Will you return, word for word, only the lines from the top of the data below down to and including the one with "f 159 372 373"?

■ **Material provided**:
***

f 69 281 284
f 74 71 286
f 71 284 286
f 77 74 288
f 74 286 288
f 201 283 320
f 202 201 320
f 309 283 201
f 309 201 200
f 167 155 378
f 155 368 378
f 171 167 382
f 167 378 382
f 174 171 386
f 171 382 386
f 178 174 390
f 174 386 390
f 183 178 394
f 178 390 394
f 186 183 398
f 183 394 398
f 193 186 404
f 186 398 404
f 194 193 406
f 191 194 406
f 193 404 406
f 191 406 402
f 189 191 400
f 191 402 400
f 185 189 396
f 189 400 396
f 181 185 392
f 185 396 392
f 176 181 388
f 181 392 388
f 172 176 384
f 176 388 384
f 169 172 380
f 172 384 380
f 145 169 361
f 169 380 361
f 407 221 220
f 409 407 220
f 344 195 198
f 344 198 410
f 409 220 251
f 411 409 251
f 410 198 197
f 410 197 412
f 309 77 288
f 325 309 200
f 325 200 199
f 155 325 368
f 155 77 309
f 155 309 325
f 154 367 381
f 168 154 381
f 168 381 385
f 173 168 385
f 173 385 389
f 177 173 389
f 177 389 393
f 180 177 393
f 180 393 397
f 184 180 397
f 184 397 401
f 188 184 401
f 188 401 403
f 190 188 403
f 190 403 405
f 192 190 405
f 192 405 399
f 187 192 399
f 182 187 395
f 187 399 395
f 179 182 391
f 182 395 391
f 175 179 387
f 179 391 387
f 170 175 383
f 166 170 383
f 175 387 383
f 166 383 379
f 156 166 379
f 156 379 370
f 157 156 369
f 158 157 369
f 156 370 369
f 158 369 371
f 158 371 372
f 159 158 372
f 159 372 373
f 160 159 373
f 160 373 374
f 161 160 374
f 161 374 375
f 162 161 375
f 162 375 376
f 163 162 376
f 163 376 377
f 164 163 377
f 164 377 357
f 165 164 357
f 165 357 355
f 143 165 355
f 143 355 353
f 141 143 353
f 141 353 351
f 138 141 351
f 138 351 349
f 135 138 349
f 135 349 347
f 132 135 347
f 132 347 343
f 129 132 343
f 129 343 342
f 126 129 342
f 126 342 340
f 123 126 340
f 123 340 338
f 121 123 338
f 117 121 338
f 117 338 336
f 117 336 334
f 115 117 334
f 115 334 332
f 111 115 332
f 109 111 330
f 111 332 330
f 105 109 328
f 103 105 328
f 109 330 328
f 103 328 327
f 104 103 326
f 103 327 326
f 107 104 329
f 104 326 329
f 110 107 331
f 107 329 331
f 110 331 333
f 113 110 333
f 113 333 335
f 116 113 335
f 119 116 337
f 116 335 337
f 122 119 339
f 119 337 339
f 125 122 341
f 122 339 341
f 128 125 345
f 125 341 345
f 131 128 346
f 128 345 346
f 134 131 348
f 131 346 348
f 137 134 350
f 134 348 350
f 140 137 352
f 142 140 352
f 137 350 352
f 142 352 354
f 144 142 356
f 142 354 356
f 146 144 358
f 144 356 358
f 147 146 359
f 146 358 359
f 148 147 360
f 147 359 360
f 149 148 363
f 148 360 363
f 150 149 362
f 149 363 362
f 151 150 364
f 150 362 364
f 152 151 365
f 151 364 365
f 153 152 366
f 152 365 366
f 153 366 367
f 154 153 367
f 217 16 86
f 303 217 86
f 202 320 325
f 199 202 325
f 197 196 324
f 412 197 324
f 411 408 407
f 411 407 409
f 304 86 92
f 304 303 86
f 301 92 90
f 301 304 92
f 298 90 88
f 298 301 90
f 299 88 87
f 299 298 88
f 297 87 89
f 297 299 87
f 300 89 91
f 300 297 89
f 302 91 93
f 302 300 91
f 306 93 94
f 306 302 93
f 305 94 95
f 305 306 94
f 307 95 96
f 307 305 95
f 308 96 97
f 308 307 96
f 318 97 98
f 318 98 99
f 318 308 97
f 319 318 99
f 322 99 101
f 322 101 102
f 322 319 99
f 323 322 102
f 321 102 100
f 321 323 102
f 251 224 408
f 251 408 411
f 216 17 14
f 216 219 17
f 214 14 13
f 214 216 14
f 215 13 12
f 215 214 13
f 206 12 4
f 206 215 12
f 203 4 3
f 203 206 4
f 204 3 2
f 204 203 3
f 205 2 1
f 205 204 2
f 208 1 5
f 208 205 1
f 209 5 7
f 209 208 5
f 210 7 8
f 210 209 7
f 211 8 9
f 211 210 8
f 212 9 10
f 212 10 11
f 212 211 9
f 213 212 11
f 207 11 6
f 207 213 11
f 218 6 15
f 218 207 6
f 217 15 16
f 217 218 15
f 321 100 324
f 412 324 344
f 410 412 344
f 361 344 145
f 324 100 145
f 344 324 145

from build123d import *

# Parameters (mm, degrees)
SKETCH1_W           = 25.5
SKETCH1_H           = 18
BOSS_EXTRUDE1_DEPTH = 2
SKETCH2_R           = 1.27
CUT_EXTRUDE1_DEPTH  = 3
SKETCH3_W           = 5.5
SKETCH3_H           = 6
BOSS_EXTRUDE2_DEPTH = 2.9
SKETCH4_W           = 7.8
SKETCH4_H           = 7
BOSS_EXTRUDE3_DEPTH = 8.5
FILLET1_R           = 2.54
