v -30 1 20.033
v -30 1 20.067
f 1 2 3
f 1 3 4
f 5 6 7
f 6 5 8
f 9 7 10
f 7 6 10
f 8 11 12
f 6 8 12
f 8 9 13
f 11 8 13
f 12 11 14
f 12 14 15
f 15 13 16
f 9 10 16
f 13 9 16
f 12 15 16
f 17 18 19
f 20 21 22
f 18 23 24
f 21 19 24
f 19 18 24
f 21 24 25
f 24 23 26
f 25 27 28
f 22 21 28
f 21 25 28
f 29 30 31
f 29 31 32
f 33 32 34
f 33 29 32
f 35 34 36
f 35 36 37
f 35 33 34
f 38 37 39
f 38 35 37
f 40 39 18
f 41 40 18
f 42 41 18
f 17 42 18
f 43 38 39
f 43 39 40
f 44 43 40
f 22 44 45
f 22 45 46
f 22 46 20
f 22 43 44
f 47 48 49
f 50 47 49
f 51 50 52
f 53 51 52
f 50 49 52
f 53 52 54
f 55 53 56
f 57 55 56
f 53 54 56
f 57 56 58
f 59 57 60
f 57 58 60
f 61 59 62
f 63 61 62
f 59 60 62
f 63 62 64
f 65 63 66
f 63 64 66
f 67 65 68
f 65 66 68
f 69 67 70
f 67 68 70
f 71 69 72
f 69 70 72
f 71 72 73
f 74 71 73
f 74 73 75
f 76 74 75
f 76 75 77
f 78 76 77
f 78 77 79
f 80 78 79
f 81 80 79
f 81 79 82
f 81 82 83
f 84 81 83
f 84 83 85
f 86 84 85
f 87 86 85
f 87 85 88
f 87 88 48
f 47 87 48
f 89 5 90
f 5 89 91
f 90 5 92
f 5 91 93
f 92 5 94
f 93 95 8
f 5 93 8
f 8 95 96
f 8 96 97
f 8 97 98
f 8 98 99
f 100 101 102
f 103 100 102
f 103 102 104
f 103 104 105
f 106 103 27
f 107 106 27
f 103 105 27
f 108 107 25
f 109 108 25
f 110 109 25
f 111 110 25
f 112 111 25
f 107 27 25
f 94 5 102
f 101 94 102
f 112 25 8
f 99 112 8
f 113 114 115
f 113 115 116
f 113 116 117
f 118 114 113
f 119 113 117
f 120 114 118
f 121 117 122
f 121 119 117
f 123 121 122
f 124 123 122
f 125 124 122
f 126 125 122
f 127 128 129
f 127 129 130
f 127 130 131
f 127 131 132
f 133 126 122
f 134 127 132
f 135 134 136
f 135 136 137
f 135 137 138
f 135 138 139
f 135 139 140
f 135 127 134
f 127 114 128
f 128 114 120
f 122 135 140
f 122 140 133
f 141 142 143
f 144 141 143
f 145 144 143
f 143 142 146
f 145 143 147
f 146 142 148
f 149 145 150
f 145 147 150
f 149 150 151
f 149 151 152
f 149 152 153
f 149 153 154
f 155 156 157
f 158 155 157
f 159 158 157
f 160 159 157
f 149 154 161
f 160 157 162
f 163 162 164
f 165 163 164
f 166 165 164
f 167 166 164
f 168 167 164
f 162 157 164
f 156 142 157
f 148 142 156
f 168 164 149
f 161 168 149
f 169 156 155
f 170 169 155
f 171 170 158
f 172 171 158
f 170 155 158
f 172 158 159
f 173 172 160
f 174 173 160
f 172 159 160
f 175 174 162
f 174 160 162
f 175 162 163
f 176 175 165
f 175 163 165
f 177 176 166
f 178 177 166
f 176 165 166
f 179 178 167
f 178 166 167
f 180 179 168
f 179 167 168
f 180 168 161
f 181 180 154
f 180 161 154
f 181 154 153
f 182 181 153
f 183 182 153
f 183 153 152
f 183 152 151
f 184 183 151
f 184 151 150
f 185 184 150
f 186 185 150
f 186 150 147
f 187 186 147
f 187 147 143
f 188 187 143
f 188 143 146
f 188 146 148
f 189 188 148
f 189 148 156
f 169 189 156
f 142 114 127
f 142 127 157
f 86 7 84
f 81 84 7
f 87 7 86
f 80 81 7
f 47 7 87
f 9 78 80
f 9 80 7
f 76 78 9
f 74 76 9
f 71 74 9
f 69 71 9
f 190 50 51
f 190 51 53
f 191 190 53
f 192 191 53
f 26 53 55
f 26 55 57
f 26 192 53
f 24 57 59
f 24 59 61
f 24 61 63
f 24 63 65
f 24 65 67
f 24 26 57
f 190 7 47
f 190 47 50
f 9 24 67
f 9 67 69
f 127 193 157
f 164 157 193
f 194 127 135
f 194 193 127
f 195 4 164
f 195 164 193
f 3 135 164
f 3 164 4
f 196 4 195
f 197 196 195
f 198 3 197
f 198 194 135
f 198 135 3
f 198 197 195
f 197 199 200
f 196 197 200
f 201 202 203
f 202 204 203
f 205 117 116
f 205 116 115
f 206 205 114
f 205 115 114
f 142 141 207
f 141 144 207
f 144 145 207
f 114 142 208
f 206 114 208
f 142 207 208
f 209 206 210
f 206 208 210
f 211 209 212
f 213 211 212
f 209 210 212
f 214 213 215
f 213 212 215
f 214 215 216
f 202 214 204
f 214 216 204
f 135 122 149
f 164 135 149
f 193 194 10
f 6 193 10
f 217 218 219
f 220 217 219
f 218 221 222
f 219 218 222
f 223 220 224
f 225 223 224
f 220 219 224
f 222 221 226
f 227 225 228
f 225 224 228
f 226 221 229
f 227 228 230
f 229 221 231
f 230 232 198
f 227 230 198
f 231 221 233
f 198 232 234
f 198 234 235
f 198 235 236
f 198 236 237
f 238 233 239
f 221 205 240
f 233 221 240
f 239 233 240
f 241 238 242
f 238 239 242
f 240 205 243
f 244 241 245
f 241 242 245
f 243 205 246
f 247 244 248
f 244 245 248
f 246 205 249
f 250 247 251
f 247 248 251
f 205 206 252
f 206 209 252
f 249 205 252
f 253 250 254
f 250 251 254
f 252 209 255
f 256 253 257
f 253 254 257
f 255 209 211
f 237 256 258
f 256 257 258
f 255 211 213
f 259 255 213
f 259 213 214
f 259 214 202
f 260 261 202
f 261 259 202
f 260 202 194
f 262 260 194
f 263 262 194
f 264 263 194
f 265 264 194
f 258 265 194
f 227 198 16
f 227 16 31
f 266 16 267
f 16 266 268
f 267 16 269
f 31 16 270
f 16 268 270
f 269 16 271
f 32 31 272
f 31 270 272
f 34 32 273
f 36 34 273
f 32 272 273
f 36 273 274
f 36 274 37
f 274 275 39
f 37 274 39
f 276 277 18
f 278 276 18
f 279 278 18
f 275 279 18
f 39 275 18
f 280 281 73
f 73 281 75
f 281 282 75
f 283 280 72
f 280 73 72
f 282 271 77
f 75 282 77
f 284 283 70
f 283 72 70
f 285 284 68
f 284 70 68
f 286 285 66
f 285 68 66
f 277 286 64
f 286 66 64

***

■ **Response to the exercise**:
f 69 281 284
f 74 71 286
f 71 284 286
f 77 74 288
f 74 286 288
f 201 283 320
f 202 201 320
f 309 283 201
f 309 201 200
f 167 155 378
f 155 368 378
f 171 167 382
f 167 378 382
f 174 171 386
f 171 382 386
f 178 174 390
f 174 386 390
f 183 178 394
f 178 390 394
f 186 183 398
f 183 394 398
f 193 186 404
f 186 398 404
f 194 193 406
f 191 194 406
f 193 404 406
f 191 406 402
f 189 191 400
f 191 402 400
f 185 189 396
f 189 400 396
f 181 185 392
f 185 396 392
f 176 181 388
f 181 392 388
f 172 176 384
f 176 388 384
f 169 172 380
f 172 384 380
f 145 169 361
f 169 380 361
f 407 221 220
f 409 407 220
f 344 195 198
f 344 198 410
f 409 220 251
f 411 409 251
f 410 198 197
f 410 197 412
f 309 77 288
f 325 309 200
f 325 200 199
f 155 325 368
f 155 77 309
f 155 309 325
f 154 367 381
f 168 154 381
f 168 381 385
f 173 168 385
f 173 385 389
f 177 173 389
f 177 389 393
f 180 177 393
f 180 393 397
f 184 180 397
f 184 397 401
f 188 184 401
f 188 401 403
f 190 188 403
f 190 403 405
f 192 190 405
f 192 405 399
f 187 192 399
f 182 187 395
f 187 399 395
f 179 182 391
f 182 395 391
f 175 179 387
f 179 391 387
f 170 175 383
f 166 170 383
f 175 387 383
f 166 383 379
f 156 166 379
f 156 379 370
f 157 156 369
f 158 157 369
f 156 370 369
f 158 369 371
f 158 371 372
f 159 158 372
f 159 372 373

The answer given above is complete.